The most important step for most will be to start imposing limits on ourselves. Yes, it feels good to talk about yourself as the studies have shown, but when you do so, you are depriving others of the space and time to talk about themselves. You need to be able to consciously put your own needs and desires to the side. In the end, the goal of social intelligence is to make yourself more likable, not necessarily to feel better about social interaction. As we can remember in the previous chapter, it’s all about reciprocity.
Talking about yourself to some extent is natural, both biologically and within the flow of a conversation. It’s estimated that some 40 percent of what we say relates to expressing our own thoughts and feelings, and that’s because it is highly rewarding to do so. Therefore, you must carefully balance your own disclosures with allowing others to speak freely.
This comes in two approaches. First, be cognizant of the types of self-disclosure you typically make. This will ensure you receive the rewarding feelings from sharing your thoughts without being annoyingly self-absorbed.
When you talk a lot about yourself, it often comes across as over-the-top, immodest, highly competitive, or even thoughtless. While you may believe that you are just being proud, or even that you are using self-disclosure simply to make conversation, you have to be mindful of how others might perceive it. When you talk about yourself in an extremely positive way, you can be labeled a bragger, and if you do the opposite and portray yourself negatively, you might come across as lacking confidence or just being a downer.
Here are some common mistakes:
You’re not aware of whose story is being told—is it yours or someone else’s?
You’re not looking for what you can learn, but rather what you can express and add.
You’re not asking questions, and you’re not trying to help the other person express themselves.
You keep starting sentences or questions with me, I, and my.
The second approach comes from the fact that, generally, people want to be entertained. Hence, when you do talk about yourself you’ll be more socially successful if you can tell interesting stories instead of constantly blurting out “I think…” and “I feel…” without any thought toward how the comment will be received. If people aren’t speaking, they want to hear something they are interested in.

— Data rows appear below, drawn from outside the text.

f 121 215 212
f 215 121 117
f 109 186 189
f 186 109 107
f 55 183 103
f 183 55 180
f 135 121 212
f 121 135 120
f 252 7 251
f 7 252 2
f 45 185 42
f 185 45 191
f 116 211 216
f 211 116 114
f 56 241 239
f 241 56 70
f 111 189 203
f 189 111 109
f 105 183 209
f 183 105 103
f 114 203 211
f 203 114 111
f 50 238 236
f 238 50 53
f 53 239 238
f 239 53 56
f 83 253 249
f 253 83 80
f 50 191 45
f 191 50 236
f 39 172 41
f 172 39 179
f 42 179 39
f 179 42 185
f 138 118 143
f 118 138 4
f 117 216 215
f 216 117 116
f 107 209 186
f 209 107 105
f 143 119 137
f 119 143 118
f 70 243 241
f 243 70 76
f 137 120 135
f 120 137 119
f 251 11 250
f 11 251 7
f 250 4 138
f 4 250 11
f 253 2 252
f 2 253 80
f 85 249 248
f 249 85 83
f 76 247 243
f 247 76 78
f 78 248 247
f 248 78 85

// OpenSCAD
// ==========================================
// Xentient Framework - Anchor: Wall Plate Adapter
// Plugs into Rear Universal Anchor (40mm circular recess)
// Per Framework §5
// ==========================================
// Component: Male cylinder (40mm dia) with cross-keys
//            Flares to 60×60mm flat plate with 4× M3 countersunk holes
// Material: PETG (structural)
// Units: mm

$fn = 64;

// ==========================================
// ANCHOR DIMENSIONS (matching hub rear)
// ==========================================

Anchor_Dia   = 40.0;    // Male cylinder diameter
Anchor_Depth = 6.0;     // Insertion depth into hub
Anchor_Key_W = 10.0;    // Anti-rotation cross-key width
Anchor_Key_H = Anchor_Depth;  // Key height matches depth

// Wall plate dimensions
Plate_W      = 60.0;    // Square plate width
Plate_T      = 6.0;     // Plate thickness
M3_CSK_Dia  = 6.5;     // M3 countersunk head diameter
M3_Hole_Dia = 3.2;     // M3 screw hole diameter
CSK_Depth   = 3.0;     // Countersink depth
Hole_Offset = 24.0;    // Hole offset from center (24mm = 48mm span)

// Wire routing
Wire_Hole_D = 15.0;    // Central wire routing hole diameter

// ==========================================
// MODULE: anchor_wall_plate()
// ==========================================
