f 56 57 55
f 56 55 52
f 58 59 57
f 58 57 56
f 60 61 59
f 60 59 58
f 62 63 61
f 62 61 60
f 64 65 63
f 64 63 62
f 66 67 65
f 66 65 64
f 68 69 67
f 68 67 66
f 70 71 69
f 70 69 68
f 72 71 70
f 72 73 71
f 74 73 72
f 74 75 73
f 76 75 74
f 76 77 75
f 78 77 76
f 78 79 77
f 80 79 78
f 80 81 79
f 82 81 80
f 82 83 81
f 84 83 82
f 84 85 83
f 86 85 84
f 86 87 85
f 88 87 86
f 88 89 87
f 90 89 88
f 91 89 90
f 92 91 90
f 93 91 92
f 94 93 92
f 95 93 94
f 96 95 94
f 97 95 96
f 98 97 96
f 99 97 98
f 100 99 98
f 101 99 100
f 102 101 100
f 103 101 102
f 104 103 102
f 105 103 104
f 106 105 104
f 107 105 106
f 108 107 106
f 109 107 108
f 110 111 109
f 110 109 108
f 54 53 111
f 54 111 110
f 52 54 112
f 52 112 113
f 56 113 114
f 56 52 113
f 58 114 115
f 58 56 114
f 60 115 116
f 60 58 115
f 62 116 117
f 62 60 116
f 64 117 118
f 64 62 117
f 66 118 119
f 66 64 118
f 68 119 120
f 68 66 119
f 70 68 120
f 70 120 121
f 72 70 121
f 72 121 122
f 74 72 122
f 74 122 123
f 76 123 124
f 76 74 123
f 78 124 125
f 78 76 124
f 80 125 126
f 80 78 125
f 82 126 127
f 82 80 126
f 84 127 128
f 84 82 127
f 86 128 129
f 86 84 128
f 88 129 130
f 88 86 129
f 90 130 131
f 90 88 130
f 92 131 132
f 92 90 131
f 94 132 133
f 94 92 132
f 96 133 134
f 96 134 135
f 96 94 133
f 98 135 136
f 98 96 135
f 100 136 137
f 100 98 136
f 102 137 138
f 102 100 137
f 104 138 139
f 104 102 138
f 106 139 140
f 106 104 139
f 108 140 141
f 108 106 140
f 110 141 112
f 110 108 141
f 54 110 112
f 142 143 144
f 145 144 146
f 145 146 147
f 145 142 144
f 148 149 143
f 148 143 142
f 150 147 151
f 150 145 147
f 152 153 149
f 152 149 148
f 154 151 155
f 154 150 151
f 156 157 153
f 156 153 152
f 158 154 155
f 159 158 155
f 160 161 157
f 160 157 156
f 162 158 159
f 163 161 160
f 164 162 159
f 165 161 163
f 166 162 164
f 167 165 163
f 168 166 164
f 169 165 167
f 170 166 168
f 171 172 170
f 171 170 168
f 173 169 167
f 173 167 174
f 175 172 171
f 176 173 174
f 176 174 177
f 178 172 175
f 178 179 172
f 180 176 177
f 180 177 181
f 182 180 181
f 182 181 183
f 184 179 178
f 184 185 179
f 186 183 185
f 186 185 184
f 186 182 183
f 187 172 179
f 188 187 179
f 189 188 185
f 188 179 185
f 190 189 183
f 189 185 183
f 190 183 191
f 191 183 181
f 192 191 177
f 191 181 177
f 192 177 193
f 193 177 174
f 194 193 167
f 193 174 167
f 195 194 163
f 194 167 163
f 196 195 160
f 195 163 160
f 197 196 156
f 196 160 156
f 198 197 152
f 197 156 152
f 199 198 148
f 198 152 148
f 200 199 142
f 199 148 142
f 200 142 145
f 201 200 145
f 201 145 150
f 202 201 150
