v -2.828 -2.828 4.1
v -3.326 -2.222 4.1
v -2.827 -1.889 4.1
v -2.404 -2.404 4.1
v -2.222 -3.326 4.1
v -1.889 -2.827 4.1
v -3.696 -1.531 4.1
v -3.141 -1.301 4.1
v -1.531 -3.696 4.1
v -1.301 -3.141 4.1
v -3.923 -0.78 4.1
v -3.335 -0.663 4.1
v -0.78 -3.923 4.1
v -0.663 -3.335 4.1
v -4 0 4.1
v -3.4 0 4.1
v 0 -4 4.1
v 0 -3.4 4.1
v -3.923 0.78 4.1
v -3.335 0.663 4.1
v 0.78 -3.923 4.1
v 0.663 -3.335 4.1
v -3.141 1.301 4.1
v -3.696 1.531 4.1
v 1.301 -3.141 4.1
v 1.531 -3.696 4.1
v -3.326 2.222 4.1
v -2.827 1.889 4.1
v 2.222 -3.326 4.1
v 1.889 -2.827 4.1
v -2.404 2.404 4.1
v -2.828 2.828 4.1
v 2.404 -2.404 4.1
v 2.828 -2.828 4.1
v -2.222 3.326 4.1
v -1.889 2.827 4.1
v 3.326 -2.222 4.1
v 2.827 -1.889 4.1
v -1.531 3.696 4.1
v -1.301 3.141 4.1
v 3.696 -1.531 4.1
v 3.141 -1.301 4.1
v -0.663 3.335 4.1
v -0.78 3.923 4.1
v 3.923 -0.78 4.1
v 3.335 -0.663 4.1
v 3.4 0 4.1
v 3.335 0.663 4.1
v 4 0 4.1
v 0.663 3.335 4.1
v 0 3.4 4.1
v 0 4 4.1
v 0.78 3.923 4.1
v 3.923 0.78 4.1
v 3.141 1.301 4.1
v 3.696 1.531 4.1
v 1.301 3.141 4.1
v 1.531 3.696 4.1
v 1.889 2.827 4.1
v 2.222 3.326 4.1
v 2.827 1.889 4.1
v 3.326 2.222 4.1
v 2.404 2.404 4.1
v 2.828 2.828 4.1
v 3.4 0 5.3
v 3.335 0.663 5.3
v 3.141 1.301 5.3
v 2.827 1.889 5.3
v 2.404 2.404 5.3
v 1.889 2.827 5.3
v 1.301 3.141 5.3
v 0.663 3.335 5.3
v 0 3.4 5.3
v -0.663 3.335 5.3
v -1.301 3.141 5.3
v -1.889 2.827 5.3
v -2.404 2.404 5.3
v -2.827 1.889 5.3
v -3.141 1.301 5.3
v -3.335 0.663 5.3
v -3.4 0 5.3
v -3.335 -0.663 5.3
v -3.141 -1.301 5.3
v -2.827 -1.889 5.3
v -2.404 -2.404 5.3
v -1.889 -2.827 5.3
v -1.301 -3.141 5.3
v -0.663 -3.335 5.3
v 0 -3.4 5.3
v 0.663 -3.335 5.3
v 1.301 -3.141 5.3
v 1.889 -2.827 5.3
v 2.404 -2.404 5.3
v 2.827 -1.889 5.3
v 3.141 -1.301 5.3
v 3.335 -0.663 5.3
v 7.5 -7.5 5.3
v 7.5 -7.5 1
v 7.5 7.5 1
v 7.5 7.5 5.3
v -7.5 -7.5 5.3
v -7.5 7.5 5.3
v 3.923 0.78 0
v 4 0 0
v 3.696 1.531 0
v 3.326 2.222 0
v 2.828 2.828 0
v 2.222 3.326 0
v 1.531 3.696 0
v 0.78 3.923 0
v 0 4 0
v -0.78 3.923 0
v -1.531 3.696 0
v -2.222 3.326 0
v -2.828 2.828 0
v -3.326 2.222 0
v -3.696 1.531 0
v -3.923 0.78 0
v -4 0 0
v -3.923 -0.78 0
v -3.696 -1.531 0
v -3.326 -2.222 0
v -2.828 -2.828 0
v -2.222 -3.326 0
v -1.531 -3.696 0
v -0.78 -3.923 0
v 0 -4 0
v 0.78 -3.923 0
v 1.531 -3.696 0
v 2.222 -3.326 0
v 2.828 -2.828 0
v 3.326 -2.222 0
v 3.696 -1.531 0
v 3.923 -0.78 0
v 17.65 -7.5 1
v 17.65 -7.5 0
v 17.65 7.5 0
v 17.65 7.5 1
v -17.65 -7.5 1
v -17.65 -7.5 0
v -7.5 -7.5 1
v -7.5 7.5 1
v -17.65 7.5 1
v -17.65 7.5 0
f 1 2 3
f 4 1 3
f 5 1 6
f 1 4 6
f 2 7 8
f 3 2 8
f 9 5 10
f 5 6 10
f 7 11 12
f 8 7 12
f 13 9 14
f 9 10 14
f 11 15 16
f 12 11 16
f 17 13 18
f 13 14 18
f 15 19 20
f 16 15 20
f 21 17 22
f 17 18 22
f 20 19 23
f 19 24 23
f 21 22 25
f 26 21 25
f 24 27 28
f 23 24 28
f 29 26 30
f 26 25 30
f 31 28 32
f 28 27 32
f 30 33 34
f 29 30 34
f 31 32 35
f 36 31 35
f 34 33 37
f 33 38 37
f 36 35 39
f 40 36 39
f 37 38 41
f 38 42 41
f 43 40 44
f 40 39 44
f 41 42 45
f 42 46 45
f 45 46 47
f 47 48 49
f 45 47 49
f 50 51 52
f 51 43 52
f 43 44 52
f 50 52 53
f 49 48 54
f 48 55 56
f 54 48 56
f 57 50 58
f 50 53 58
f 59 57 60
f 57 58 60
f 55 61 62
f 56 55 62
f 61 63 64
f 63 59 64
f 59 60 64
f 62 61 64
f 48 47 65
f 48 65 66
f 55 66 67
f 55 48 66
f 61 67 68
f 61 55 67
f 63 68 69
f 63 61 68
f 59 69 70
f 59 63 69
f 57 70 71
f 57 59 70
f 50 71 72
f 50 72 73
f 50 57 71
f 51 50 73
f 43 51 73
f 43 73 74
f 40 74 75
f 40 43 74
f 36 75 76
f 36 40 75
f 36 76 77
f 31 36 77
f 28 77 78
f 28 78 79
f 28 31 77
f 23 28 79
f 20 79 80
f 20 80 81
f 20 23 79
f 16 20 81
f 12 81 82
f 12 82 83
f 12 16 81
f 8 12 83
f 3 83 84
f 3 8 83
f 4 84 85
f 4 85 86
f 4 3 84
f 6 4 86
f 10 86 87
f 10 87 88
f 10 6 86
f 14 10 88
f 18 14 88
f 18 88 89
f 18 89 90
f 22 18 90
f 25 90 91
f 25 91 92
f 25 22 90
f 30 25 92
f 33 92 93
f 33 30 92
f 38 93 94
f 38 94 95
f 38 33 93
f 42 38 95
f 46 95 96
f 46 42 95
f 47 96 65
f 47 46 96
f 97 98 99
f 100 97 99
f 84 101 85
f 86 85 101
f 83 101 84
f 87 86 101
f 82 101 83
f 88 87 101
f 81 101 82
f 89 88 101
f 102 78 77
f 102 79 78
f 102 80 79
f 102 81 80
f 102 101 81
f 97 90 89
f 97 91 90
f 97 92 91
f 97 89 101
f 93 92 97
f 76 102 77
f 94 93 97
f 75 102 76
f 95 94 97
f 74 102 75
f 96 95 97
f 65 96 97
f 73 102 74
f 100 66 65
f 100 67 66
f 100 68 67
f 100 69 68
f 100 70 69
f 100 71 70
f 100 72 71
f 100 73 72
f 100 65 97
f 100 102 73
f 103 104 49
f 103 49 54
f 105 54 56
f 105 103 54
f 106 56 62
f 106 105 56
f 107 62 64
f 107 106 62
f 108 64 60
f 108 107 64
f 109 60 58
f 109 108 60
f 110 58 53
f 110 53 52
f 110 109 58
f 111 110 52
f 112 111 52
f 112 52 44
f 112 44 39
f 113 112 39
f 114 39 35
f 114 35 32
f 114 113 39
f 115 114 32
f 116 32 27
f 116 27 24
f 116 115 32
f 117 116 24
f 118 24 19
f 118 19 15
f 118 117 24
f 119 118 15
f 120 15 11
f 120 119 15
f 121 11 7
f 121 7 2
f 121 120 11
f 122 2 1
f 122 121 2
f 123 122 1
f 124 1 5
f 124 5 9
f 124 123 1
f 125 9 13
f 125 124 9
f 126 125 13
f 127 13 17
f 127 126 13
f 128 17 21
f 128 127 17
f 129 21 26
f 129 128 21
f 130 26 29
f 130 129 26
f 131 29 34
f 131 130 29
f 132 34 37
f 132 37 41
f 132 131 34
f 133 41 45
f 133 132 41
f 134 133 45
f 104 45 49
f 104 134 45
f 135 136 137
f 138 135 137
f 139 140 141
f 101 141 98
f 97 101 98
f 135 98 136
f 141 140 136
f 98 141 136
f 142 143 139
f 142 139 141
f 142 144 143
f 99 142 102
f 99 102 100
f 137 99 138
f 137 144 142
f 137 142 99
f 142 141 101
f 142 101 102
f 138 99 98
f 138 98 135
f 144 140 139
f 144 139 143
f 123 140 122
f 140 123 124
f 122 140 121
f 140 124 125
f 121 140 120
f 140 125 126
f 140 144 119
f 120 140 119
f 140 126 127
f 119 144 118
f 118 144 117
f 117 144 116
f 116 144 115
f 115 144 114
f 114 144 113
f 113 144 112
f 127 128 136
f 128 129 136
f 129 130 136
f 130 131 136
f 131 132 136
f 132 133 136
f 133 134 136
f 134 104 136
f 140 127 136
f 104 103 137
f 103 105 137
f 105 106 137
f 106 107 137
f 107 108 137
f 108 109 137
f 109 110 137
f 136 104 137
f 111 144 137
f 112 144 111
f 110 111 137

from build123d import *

# Parameters (mm, degrees)
CYLINDER_R        = 4
CYLINDER_DEPTH    = 4.1
CYLINDER001_R     = 3.4
CYLINDER001_DEPTH = 1.2
BOX001_W          = 35.3
BOX001_H          = 15
BOX001_DEPTH      = 1
BOX_W             = 15
BOX_H             = 15
BOX_DEPTH         = 5.3


with BuildPart() as lentesgruesos:
    # Cylinder → Cylinder (new body)
    with BuildSketch(Plane.XY):
        Circle(CYLINDER_R)
    extrude(amount=CYLINDER_DEPTH)


with BuildPart() as lente:
    # Cylinder001 → Cylinder001 (new body)
    with BuildSketch(Plane.XY.offset(4.1)):
        Circle(CYLINDER001_R)
    extrude(amount=CYLINDER001_DEPTH)

    # Fusion: union lentesGruesos
    add(lentesgruesos.part)


with BuildPart() as correa:
    # Box001 → Box001 (new body)
    with BuildSketch(Plane(origin=(-17.65, -7.5, 0), x_dir=(1, 0, 0), z_dir=(0, 0, 1))):
        with Locations((17.65, 7.5)):
            Rectangle(BOX001_W, BOX001_H)
    extrude(amount=BOX001_DEPTH)


with BuildPart() as cut:
    # Box → Box (new body)
    with BuildSketch(Plane(origin=(-7.5, -7.5, 0), x_dir=(1, 0, 0), z_dir=(0, 0, 1))):
        with Locations((7.5, 7.5)):
            Rectangle(BOX_W, BOX_H)
    extrude(amount=BOX_DEPTH)

    # Fusion001: union correa
    add(correa.part)

    # Cut: cut lente
    add(lente.part, mode=Mode.SUBTRACT)


solid = cut.part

Use people’s inherent desire to talk about themselves as a mechanism for achieving social success by consciously allowing everyone else to talk more. Be curious about others, ask them questions that give them the opportunity to brag, and generally let the conversation focus on them. Concentrate on their strengths and allow them to paint themselves in a positive light, being aware of false modesty and reinforcing praise in those moments. Be a good listener, show genuine curiosity and interest in the conversation, and encourage them to continue talking about themselves.
When’s the last time you asked someone five questions in a row without interrupting or interjecting with your own anecdote? What about ten questions? This is the exact type of interaction that feels good to people, yet we routinely deny them of it because we can’t resist our own temptation. It’s easy to do this in a way that doesn’t devolve into an interview—just stay on the same topic and keep digging deeper.
At the bottom of all of this is the essential skill of being an attentive and active listener. We all have the potential within us to become better listeners—it just takes focus and awareness.